1. An apparatus for preparing curable material for delivery to a bone site comprising: a chamber housing having a chamber operable for holding curable material;a heater proximal to the chamber housing and in thermal communication with curable material within the chamber.

2. The apparatus of claim 1 wherein the heater comprises a heating element.

3. The device of claim 2 wherein heating element is exterior to the chamber housing.

4. The apparatus of claim 1 wherein the heater is operable to heat the curable material prior to delivery of the curable material to the bone site.

5. The apparatus of claim 1 further comprising a battery to provide power to the heater.

6. The apparatus of claim 1 wherein the heater comprises a heater controller for governing operation of the heater.

7. A method of preparing curable material for delivery to a bone site comprising the steps of: mixing a first component and a second component of curable material within a chamber to form a curable material;heating the curable material with a heater proximal to the chamber and in thermal communication with the chamber.

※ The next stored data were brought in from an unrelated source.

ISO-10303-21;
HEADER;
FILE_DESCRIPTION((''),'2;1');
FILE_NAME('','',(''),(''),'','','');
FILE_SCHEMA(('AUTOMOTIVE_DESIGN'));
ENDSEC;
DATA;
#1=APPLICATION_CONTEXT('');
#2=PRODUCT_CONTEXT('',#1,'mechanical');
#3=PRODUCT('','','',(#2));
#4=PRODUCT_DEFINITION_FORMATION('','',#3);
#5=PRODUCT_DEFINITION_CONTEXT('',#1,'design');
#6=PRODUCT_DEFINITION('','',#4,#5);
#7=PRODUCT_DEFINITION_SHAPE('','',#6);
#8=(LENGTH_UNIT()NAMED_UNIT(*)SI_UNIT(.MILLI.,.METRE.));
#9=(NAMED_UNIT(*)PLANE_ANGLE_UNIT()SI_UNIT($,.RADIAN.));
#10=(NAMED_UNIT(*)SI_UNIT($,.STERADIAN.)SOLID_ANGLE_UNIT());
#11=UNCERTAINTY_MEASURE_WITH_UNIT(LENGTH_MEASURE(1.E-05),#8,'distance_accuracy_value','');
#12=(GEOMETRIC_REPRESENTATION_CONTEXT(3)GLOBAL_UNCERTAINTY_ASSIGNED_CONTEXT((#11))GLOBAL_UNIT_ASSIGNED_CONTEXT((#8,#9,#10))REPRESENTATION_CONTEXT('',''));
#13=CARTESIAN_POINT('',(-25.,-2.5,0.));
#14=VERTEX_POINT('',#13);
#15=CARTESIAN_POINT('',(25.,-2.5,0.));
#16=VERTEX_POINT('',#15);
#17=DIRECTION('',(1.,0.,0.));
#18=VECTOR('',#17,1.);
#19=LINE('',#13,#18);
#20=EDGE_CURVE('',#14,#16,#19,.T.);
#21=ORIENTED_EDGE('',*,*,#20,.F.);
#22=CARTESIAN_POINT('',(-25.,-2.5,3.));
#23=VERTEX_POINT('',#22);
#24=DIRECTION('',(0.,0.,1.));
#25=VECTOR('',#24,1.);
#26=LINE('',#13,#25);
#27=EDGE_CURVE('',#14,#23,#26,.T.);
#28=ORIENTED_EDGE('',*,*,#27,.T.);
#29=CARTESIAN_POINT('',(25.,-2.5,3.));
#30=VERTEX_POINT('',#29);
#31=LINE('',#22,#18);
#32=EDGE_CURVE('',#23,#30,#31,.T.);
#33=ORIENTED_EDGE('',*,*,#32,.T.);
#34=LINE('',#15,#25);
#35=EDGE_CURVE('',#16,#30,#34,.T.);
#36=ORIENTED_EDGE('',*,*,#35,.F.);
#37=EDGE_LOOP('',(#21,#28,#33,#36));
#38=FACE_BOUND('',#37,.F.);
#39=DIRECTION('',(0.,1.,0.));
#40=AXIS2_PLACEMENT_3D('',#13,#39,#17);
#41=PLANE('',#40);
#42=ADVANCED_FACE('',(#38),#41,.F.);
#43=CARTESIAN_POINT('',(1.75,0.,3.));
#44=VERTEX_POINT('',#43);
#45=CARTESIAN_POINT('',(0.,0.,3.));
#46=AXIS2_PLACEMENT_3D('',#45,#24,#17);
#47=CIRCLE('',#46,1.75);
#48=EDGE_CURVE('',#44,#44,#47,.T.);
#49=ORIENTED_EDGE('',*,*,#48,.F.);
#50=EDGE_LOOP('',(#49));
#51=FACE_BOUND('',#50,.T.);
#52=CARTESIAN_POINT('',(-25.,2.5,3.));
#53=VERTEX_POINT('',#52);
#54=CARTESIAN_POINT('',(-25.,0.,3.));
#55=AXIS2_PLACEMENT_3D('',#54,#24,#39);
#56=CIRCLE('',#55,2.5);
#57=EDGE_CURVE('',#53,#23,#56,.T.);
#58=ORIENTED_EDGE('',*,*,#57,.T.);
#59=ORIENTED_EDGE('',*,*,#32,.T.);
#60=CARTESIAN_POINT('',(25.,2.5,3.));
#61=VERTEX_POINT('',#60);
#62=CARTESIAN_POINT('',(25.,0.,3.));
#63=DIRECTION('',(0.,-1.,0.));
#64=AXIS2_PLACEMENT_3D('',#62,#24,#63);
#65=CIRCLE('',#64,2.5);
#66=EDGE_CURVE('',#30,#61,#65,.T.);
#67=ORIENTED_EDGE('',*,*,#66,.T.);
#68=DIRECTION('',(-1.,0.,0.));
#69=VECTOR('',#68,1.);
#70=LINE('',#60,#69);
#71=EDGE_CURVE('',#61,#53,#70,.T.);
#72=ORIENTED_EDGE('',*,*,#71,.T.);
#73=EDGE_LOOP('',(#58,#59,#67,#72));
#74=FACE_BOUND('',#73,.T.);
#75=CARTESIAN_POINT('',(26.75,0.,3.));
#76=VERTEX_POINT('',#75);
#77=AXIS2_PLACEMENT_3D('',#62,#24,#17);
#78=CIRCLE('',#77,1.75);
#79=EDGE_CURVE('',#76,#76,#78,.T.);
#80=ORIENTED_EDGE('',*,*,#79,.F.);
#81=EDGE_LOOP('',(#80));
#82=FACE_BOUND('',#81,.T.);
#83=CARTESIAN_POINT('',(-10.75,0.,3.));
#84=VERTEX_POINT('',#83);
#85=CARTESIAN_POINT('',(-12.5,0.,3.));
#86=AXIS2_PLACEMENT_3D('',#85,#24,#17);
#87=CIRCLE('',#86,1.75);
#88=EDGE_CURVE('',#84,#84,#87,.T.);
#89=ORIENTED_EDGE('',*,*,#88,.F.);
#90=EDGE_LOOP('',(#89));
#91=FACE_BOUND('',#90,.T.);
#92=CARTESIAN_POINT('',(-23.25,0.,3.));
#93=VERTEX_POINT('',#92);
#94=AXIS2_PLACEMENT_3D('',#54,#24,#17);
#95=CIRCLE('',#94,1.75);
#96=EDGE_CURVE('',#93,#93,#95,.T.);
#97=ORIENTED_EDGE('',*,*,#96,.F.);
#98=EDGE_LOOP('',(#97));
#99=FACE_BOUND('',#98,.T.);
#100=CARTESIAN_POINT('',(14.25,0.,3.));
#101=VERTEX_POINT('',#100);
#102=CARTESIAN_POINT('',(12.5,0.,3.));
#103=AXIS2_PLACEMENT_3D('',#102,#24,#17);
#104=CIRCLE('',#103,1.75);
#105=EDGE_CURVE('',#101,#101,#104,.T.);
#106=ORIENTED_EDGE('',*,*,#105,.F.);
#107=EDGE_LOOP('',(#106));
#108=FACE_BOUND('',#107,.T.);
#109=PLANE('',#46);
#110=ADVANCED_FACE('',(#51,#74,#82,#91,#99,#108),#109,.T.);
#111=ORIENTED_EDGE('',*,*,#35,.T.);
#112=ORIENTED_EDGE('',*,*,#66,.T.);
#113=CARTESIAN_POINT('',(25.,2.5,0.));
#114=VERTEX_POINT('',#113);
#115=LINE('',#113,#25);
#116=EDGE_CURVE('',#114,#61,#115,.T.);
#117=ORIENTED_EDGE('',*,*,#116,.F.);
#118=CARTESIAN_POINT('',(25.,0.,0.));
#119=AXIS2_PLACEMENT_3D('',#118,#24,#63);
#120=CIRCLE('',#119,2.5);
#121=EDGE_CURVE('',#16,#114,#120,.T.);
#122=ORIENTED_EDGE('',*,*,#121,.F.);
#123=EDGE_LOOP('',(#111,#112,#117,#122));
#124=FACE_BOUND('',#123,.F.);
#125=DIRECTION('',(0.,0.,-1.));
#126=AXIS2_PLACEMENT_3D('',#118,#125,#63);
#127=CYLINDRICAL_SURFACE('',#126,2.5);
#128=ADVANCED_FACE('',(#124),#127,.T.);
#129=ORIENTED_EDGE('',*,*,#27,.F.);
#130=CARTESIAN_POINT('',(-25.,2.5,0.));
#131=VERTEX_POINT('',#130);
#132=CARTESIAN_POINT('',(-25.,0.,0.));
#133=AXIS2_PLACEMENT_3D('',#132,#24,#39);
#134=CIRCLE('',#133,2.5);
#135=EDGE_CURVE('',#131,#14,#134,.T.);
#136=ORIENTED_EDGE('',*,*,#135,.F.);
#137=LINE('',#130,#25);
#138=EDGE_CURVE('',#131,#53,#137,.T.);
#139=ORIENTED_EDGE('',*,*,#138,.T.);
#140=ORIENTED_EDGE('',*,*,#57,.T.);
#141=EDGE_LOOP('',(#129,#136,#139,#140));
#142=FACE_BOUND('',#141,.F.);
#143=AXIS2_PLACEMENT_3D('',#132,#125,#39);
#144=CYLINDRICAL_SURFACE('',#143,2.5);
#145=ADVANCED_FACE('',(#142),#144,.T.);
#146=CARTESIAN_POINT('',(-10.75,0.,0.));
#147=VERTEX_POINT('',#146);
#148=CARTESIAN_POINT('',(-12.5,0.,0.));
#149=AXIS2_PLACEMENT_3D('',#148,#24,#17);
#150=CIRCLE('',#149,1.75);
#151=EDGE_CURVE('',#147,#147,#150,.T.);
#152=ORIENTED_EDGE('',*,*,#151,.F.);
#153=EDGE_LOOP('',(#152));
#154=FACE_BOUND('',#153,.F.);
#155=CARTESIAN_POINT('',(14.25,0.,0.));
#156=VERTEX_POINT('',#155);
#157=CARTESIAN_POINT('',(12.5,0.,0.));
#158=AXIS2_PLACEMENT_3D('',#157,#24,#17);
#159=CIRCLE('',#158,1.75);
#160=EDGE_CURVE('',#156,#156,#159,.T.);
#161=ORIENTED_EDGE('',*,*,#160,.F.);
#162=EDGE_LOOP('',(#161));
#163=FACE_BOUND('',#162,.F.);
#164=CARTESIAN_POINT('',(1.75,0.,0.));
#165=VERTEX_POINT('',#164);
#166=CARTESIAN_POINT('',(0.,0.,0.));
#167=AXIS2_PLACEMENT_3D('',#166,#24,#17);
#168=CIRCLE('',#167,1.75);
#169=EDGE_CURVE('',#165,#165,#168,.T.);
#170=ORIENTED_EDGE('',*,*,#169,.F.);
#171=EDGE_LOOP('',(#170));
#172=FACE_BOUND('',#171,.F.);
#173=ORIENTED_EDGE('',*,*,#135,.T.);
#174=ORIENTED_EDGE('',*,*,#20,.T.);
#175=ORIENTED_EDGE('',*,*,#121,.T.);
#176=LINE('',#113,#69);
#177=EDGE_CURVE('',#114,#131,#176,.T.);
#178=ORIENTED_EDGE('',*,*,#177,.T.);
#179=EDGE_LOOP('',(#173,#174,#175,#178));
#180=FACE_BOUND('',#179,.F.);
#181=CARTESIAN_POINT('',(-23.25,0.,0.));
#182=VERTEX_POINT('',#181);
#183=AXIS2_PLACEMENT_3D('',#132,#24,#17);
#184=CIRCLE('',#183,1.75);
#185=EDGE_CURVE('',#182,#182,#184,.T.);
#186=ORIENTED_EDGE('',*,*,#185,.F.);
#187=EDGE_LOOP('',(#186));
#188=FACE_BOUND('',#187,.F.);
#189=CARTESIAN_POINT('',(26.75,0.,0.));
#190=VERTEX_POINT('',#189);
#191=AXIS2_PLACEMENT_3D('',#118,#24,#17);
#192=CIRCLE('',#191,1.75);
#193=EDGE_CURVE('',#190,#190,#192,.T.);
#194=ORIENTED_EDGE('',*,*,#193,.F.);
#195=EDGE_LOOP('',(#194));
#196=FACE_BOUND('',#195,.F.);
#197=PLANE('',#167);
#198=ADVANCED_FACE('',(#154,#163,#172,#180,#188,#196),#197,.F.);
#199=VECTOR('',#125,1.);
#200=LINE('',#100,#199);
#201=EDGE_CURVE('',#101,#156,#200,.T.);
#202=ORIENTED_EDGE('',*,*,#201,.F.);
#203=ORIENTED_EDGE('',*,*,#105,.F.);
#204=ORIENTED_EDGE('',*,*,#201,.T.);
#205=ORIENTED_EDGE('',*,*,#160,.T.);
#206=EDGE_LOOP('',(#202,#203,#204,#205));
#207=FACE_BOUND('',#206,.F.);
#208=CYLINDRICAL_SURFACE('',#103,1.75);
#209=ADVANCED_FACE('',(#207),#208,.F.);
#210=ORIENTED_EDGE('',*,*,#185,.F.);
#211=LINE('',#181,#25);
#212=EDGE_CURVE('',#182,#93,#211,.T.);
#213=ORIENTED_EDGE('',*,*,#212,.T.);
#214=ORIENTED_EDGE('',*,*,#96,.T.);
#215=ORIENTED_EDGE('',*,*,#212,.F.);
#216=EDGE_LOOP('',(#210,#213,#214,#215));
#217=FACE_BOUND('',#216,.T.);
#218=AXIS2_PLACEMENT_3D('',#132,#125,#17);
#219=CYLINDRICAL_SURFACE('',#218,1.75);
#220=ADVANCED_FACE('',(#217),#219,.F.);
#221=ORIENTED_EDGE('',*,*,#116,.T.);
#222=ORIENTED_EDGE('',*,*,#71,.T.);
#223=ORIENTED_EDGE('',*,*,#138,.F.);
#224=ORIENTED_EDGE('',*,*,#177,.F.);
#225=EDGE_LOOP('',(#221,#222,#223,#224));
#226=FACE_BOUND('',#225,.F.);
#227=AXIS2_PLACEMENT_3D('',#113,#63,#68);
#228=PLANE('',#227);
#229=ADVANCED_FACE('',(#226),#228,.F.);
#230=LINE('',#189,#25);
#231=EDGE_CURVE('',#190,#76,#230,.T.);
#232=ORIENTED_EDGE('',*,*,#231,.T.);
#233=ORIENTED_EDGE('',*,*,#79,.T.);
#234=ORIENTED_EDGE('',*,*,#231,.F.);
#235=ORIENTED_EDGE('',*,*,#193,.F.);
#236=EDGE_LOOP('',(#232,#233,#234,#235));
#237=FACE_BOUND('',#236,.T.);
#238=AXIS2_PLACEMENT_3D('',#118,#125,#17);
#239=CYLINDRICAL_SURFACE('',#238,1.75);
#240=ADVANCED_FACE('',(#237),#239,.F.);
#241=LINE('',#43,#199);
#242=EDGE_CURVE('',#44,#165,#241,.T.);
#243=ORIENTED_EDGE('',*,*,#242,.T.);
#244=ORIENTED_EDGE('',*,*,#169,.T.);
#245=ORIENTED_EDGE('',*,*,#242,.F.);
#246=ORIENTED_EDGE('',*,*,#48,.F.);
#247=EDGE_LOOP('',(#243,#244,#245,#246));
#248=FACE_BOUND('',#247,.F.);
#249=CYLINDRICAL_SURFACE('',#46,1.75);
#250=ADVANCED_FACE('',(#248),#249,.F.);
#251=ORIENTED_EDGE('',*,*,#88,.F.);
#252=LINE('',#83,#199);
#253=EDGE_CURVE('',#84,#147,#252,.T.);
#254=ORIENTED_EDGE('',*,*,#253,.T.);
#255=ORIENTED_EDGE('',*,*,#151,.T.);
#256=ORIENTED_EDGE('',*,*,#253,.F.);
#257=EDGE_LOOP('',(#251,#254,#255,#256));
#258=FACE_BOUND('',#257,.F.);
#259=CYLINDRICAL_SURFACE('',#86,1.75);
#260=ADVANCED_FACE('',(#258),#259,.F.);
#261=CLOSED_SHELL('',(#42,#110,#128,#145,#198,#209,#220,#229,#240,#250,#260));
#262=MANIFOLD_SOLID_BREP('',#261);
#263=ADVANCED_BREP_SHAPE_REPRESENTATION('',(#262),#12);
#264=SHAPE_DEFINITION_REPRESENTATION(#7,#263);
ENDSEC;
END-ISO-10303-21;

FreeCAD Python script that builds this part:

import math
import FreeCAD as App
import Part
import Sketcher
from FreeCAD import Vector
Q = App.Units.Quantity

doc = App.newDocument("Part")
params = doc.addObject("Spreadsheet::Sheet", "Params")
for row, (alias, value) in enumerate([
    ("sketch1_diameter", "3.5 mm"),
    ("sketch1_radius", "2.5 mm"),
    ("sketch1_width", "50 mm"),
    ("pad1_length", "3 mm"),
    ("sketch2_diameter", "3.5 mm"),
], start=1):
    params.set(f"A{row}", alias)
    params.set(f"B{row}", "=" + value)
    params.setAlias(f"B{row}", alias)

body = doc.addObject("PartDesign::Body", "Body")

# Sketch on XY plane
sketch1 = body.newObject("Sketcher::SketchObject", "Sketch")
sketch1.AttachmentSupport = (doc.getObject("XY_Plane"), [""])
sketch1.MapMode = "FlatFace"
sketch1.addGeometry([
    Part.LineSegment(Vector(25, 2.5, 0), Vector(-25, 2.5, 0)),  # 0
    Part.ArcOfCircle(Part.Circle(Vector(-25, 0, 0), Vector(0, 0, 1), 2.5), math.radians(90), math.radians(270)),  # 1
    Part.LineSegment(Vector(-25, -2.5, 0), Vector(25, -2.5, 0)),  # 2
    Part.ArcOfCircle(Part.Circle(Vector(25, 0, 0), Vector(0, 0, 1), 2.5), math.radians(-90), math.radians(90)),  # 3
    Part.Circle(Vector(-25, 0, 0), Vector(0, 0, 1), 1.75),  # 4
    Part.Circle(Vector(25, 0, 0), Vector(0, 0, 1), 1.75),  # 5
], False)
sketch1.addConstraint([
    Sketcher.Constraint("Tangent", 0, 2, 1, 1),
    Sketcher.Constraint("Tangent", 1, 2, 2, 1),
    Sketcher.Constraint("Tangent", 2, 2, 3, 1),
    Sketcher.Constraint("Tangent", 3, 2, 0, 1),
    Sketcher.Constraint("Horizontal", 0),
    Sketcher.Constraint("Horizontal", 2),
    Sketcher.Constraint("Coincident", 4, 3, 1, 3),
    Sketcher.Constraint("Coincident", 5, 3, 3, 3),
    Sketcher.Constraint("Equal", 4, 5),
    Sketcher.Constraint("Symmetric", 1, 3, 3, 3, -1, 1),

8. The method of claim 7 wherein the mixing step and the heating step are performed at least in part at the same time.

9. The method of claim 7 further comprising the step of delivering the curable material to a bone site, wherein heating is performed prior to delivery of the curable material to the bone site.

10. The method of claim 7 wherein the curable material is heated up to about 3 minutes.

11. The method of claim 7 wherein the heater comprises a heating element.

12. The method of claim 7 wherein a battery provides power to the heater.

13. The apparatus of claim 7 wherein the heater comprises a heater controller for governing operation of the heater.

14. A method of mixing a first component and a second component in a mixing chamber having a mixing element, the method comprising the steps of: loading a powder component into the mixing chamber, the mixing chamber having a first end and a second end;loading a liquid component into the mixing chamber;inserting a drive shaft into the first end of the mixing chamber;causing the mixing element to rotate by rotating the drive shaft and mixing the first component with the second component and forming a mixture;heating the chamber with a heater proximal to the chamber when the first component and the second component are being mixed.

15. The method of claim 14, wherein the heater comprises a flexible heating element that is external to the chamber.

16. The method of claim 14 wherein the mixing element comprises a heating element to heat the chamber.

17. The method of claim 14, further comprising the step of providing a driver comprising a motor connected to the drive shaft and comprising the heater, wherein the motor and heater are powered by the same power source.